The input:
^^^^^^^^^^^^^^^^

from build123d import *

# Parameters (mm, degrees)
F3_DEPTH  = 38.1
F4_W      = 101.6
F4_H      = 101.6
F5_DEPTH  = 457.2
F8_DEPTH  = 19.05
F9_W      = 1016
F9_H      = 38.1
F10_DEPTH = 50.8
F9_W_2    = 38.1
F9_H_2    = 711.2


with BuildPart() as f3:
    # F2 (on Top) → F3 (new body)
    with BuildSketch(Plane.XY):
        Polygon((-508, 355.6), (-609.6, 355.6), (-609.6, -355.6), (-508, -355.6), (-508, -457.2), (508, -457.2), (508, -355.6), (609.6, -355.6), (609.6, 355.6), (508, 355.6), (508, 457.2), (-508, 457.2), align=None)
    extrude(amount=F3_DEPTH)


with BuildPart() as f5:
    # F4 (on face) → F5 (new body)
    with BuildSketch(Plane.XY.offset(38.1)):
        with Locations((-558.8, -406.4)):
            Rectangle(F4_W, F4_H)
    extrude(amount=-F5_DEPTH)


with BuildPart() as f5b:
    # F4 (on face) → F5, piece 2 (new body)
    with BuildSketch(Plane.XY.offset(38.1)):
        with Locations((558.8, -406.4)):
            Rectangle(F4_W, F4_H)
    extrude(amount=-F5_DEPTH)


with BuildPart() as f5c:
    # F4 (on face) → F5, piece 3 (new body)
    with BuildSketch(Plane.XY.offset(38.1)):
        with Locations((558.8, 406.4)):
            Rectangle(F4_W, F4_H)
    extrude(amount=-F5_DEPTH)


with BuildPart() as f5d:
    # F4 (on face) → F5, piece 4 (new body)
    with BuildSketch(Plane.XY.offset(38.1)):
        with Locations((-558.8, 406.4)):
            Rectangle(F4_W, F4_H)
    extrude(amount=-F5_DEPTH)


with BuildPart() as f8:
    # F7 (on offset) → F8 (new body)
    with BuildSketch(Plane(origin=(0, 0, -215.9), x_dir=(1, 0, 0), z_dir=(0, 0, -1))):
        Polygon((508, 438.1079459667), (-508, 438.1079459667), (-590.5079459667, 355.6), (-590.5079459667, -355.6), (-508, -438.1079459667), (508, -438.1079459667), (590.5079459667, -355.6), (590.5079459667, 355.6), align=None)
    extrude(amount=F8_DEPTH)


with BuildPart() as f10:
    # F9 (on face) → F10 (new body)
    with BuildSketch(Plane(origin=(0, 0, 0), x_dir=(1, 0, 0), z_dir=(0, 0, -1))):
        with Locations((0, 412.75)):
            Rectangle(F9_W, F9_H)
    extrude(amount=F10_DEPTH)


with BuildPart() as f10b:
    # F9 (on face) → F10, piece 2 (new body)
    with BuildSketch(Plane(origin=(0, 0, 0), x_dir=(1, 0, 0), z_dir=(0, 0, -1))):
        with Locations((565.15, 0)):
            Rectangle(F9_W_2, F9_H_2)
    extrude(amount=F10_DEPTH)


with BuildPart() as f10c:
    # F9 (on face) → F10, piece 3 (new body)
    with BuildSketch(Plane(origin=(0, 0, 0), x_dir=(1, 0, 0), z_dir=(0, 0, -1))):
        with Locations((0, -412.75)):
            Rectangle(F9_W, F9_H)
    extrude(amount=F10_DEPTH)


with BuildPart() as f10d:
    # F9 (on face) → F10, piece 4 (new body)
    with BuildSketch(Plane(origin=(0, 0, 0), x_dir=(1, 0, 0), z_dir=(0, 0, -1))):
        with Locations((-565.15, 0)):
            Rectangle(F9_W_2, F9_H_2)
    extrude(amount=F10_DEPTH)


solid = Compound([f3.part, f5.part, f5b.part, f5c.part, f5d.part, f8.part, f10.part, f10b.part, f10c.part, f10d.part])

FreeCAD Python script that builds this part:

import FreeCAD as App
import Part
import Sketcher
Q = App.Units.Quantity

doc = App.newDocument("Part")
body = doc.addObject("PartDesign::Body", "Body")

sketch1 = body.newObject("Sketcher::SketchObject", "Sketch")
sketch1.AttachmentSupport = (doc.getObject("XY_Plane"), [""])
sketch1.MapMode = "FlatFace"
sketch1.addGeometry(Part.LineSegment(App.Vector(-508, 355.6, 0), App.Vector(-609.6, 355.6, 0)), False)
sketch1.addGeometry(Part.LineSegment(App.Vector(-609.6, 355.6, 0), App.Vector(-609.6, -355.6, 0)), False)
sketch1.addGeometry(Part.LineSegment(App.Vector(-609.6, -355.6, 0), App.Vector(-508, -355.6, 0)), False)
sketch1.addGeometry(Part.LineSegment(App.Vector(-508, -355.6, 0), App.Vector(-508, -457.2, 0)), False)
sketch1.addGeometry(Part.LineSegment(App.Vector(-508, -457.2, 0), App.Vector(508, -457.2, 0)), False)
sketch1.addGeometry(Part.LineSegment(App.Vector(508, -457.2, 0), App.Vector(508, -355.6, 0)), False)
sketch1.addGeometry(Part.LineSegment(App.Vector(508, -355.6, 0), App.Vector(609.6, -355.6, 0)), False)
sketch1.addGeometry(Part.LineSegment(App.Vector(609.6, -355.6, 0), App.Vector(609.6, 355.6, 0)), False)
sketch1.addGeometry(Part.LineSegment(App.Vector(609.6, 355.6, 0), App.Vector(508, 355.6, 0)), False)
sketch1.addGeometry(Part.LineSegment(App.Vector(508, 355.6, 0), App.Vector(508, 457.2, 0)), False)
sketch1.addGeometry(Part.LineSegment(App.Vector(508, 457.2, 0), App.Vector(-508, 457.2, 0)), False)
sketch1.addGeometry(Part.LineSegment(App.Vector(-508, 457.2, 0), App.Vector(-508, 355.6, 0)), False)
sketch1.addConstraint(Sketcher.Constraint("Coincident", 0, 2, 1, 1))
sketch1.addConstraint(Sketcher.Constraint("Coincident", 1, 2, 2, 1))
sketch1.addConstraint(Sketcher.Constraint("Coincident", 2, 2, 3, 1))
sketch1.addConstraint(Sketcher.Constraint("Coincident", 3, 2, 4, 1))
sketch1.addConstraint(Sketcher.Constraint("Coincident", 4, 2, 5, 1))
sketch1.addConstraint(Sketcher.Constraint("Coincident", 5, 2, 6, 1))
sketch1.addConstraint(Sketcher.Constraint("Coincident", 6, 2, 7, 1))
sketch1.addConstraint(Sketcher.Constraint("Coincident", 7, 2, 8, 1))
sketch1.addConstraint(Sketcher.Constraint("Coincident", 8, 2, 9, 1))
sketch1.addConstraint(Sketcher.Constraint("Coincident", 9, 2, 10, 1))
sketch1.addConstraint(Sketcher.Constraint("Coincident", 10, 2, 11, 1))
sketch1.addConstraint(Sketcher.Constraint("Coincident", 11, 2, 0, 1))
sketch1.addConstraint(Sketcher.Constraint("Horizontal", 0))
sketch1.addConstraint(Sketcher.Constraint("Vertical", 1))
sketch1.addConstraint(Sketcher.Constraint("Horizontal", 2))
sketch1.addConstraint(Sketcher.Constraint("Vertical", 3))
sketch1.addConstraint(Sketcher.Constraint("Horizontal", 4))
sketch1.addConstraint(Sketcher.Constraint("Vertical", 5))
sketch1.addConstraint(Sketcher.Constraint("Horizontal", 6))
sketch1.addConstraint(Sketcher.Constraint("Vertical", 7))
sketch1.addConstraint(Sketcher.Constraint("Horizontal", 8))
sketch1.addConstraint(Sketcher.Constraint("Vertical", 9))
sketch1.addConstraint(Sketcher.Constraint("Horizontal", 10))
sketch1.addConstraint(Sketcher.Constraint("Vertical", 11))
sketch1.addConstraint(Sketcher.Constraint("Symmetric", 0, 2, 6, 2, -1, 1))
sketch1.addConstraint(Sketcher.Constraint("Symmetric", 2, 2, 8, 2, -1, 1))
sketch1.addConstraint(Sketcher.Constraint("Symmetric", 4, 2, 10, 2, -1, 1))
sketch1.addConstraint(Sketcher.Constraint("Symmetric", 2, 2, 5, 2, -2))
sketch1.addConstraint(Sketcher.Constraint("Equal", 8, 3))
sketch1.addConstraint(Sketcher.Constraint("DistanceX", 0, 2, 0, 1, Q("4 in")))
sketch1.addConstraint(Sketcher.Constraint("DistanceX", 4, 1, 4, 2, Q("40 in")))
sketch1.addConstraint(Sketcher.Constraint("DistanceY", 1, 2, 1, 1, Q("28 in")))
pad1 = body.newObject("PartDesign::Pad", "Pad")
pad1.Profile = sketch1
pad1.Length = Q("1.5 in")
body2 = doc.addObject("PartDesign::Body", "Body001")

sketch2 = body2.newObject("Sketcher::SketchObject", "Sketch001")
sketch2.AttachmentSupport = (doc.getObject("XY_Plane001"), [""])
sketch2.MapMode = "FlatFace"
sketch2.AttachmentOffset = App.Placement(App.Vector(0, 0, 1.5 * 25.4), App.Rotation())
sketch2.addGeometry(Part.LineSegment(App.Vector(-609.6, -355.6, 0), App.Vector(-609.6, -457.2, 0)), False)
sketch2.addGeometry(Part.LineSegment(App.Vector(-609.6, -457.2, 0), App.Vector(-508, -457.2, 0)), False)
sketch2.addGeometry(Part.LineSegment(App.Vector(-508, -457.2, 0), App.Vector(-508, -355.6, 0)), False)
sketch2.addGeometry(Part.LineSegment(App.Vector(-508, -355.6, 0), App.Vector(-609.6, -355.6, 0)), False)
sketch2.addConstraint(Sketcher.Constraint("Coincident", 0, 2, 1, 1))
sketch2.addConstraint(Sketcher.Constraint("Coincident", 1, 2, 2, 1))
sketch2.addConstraint(Sketcher.Constraint("Coincident", 2, 2, 3, 1))
sketch2.addConstraint(Sketcher.Constraint("Coincident", 3, 2, 0, 1))
sketch2.addConstraint(Sketcher.Constraint("Vertical", 0))
sketch2.addConstraint(Sketcher.Constraint("Horizontal", 1))
sketch2.addConstraint(Sketcher.Constraint("Vertical", 2))
sketch2.addConstraint(Sketcher.Constraint("Horizontal", 3))
sketch2.addConstraint(Sketcher.Constraint("Equal", 3, 0))
sketch2.addConstraint(Sketcher.Constraint("DistanceX", 1, 1, 1, 2, Q("4 in")))
sketch2.addConstraint(Sketcher.Constraint("DistanceX", 0, 2, -1, 1, Q("24 in")))
sketch2.addConstraint(Sketcher.Constraint("DistanceY", 0, 2, -1, 1, Q("18 in")))
pad2 = body2.newObject("PartDesign::Pad", "Pad001")
pad2.Profile = sketch2
pad2.Length = Q("18 in")
pad2.Reversed = True
body3 = doc.addObject("PartDesign::Body", "Body002")

sketch3 = body3.newObject("Sketcher::SketchObject", "Sketch002")
sketch3.AttachmentSupport = (doc.getObject("XY_Plane002"), [""])
sketch3.MapMode = "FlatFace"
sketch3.AttachmentOffset = App.Placement(App.Vector(0, 0, 1.5 * 25.4), App.Rotation())
sketch3.addGeometry(Part.LineSegment(App.Vector(508, -355.6, 0), App.Vector(508, -457.2, 0)), False)
sketch3.addGeometry(Part.LineSegment(App.Vector(508, -457.2, 0), App.Vector(609.6, -457.2, 0)), False)
sketch3.addGeometry(Part.LineSegment(App.Vector(609.6, -457.2, 0), App.Vector(609.6, -355.6, 0)), False)
sketch3.addGeometry(Part.LineSegment(App.Vector(609.6, -355.6, 0), App.Vector(508, -355.6, 0)), False)
sketch3.addConstraint(Sketcher.Constraint("Coincident", 0, 2, 1, 1))
sketch3.addConstraint(Sketcher.Constraint("Coincident", 1, 2, 2, 1))
sketch3.addConstraint(Sketcher.Constraint("Coincident", 2, 2, 3, 1))
sketch3.addConstraint(Sketcher.Constraint("Coincident", 3, 2, 0, 1))
sketch3.addConstraint(Sketcher.Constraint("Vertical", 0))
sketch3.addConstraint(Sketcher.Constraint("Horizontal", 1))
sketch3.addConstraint(Sketcher.Constraint("Vertical", 2))
sketch3.addConstraint(Sketcher.Constraint("Horizontal", 3))
sketch3.addConstraint(Sketcher.Constraint("Equal", 3, 0))
sketch3.addConstraint(Sketcher.Constraint("DistanceX", 1, 1, 1, 2, Q("4 in")))
sketch3.addConstraint(Sketcher.Constraint("DistanceX", -1, 1, 0, 2, Q("20 in")))
sketch3.addConstraint(Sketcher.Constraint("DistanceY", 0, 2, -1, 1, Q("18 in")))
pad3 = body3.newObject("PartDesign::Pad", "Pad002")
pad3.Profile = sketch3
pad3.Length = Q("18 in")
pad3.Reversed = True
body4 = doc.addObject("PartDesign::Body", "Body003")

^^^^^^^^^^^^^^^^

Instructions for the task:
Word for word, quote the lines of the material from the first line through the line with "# F4 (on face) → F5, piece 2 (new body)", both ends included.

Task answer:
from build123d import *

# Parameters (mm, degrees)
F3_DEPTH  = 38.1
F4_W      = 101.6
F4_H      = 101.6
F5_DEPTH  = 457.2
F8_DEPTH  = 19.05
F9_W      = 1016
F9_H      = 38.1
F10_DEPTH = 50.8
F9_W_2    = 38.1
F9_H_2    = 711.2


with BuildPart() as f3:
    # F2 (on Top) → F3 (new body)
    with BuildSketch(Plane.XY):
        Polygon((-508, 355.6), (-609.6, 355.6), (-609.6, -355.6), (-508, -355.6), (-508, -457.2), (508, -457.2), (508, -355.6), (609.6, -355.6), (609.6, 355.6), (508, 355.6), (508, 457.2), (-508, 457.2), align=None)
    extrude(amount=F3_DEPTH)


with BuildPart() as f5:
    # F4 (on face) → F5 (new body)
    with BuildSketch(Plane.XY.offset(38.1)):
        with Locations((-558.8, -406.4)):
            Rectangle(F4_W, F4_H)
    extrude(amount=-F5_DEPTH)


with BuildPart() as f5b:
    # F4 (on face) → F5, piece 2 (new body)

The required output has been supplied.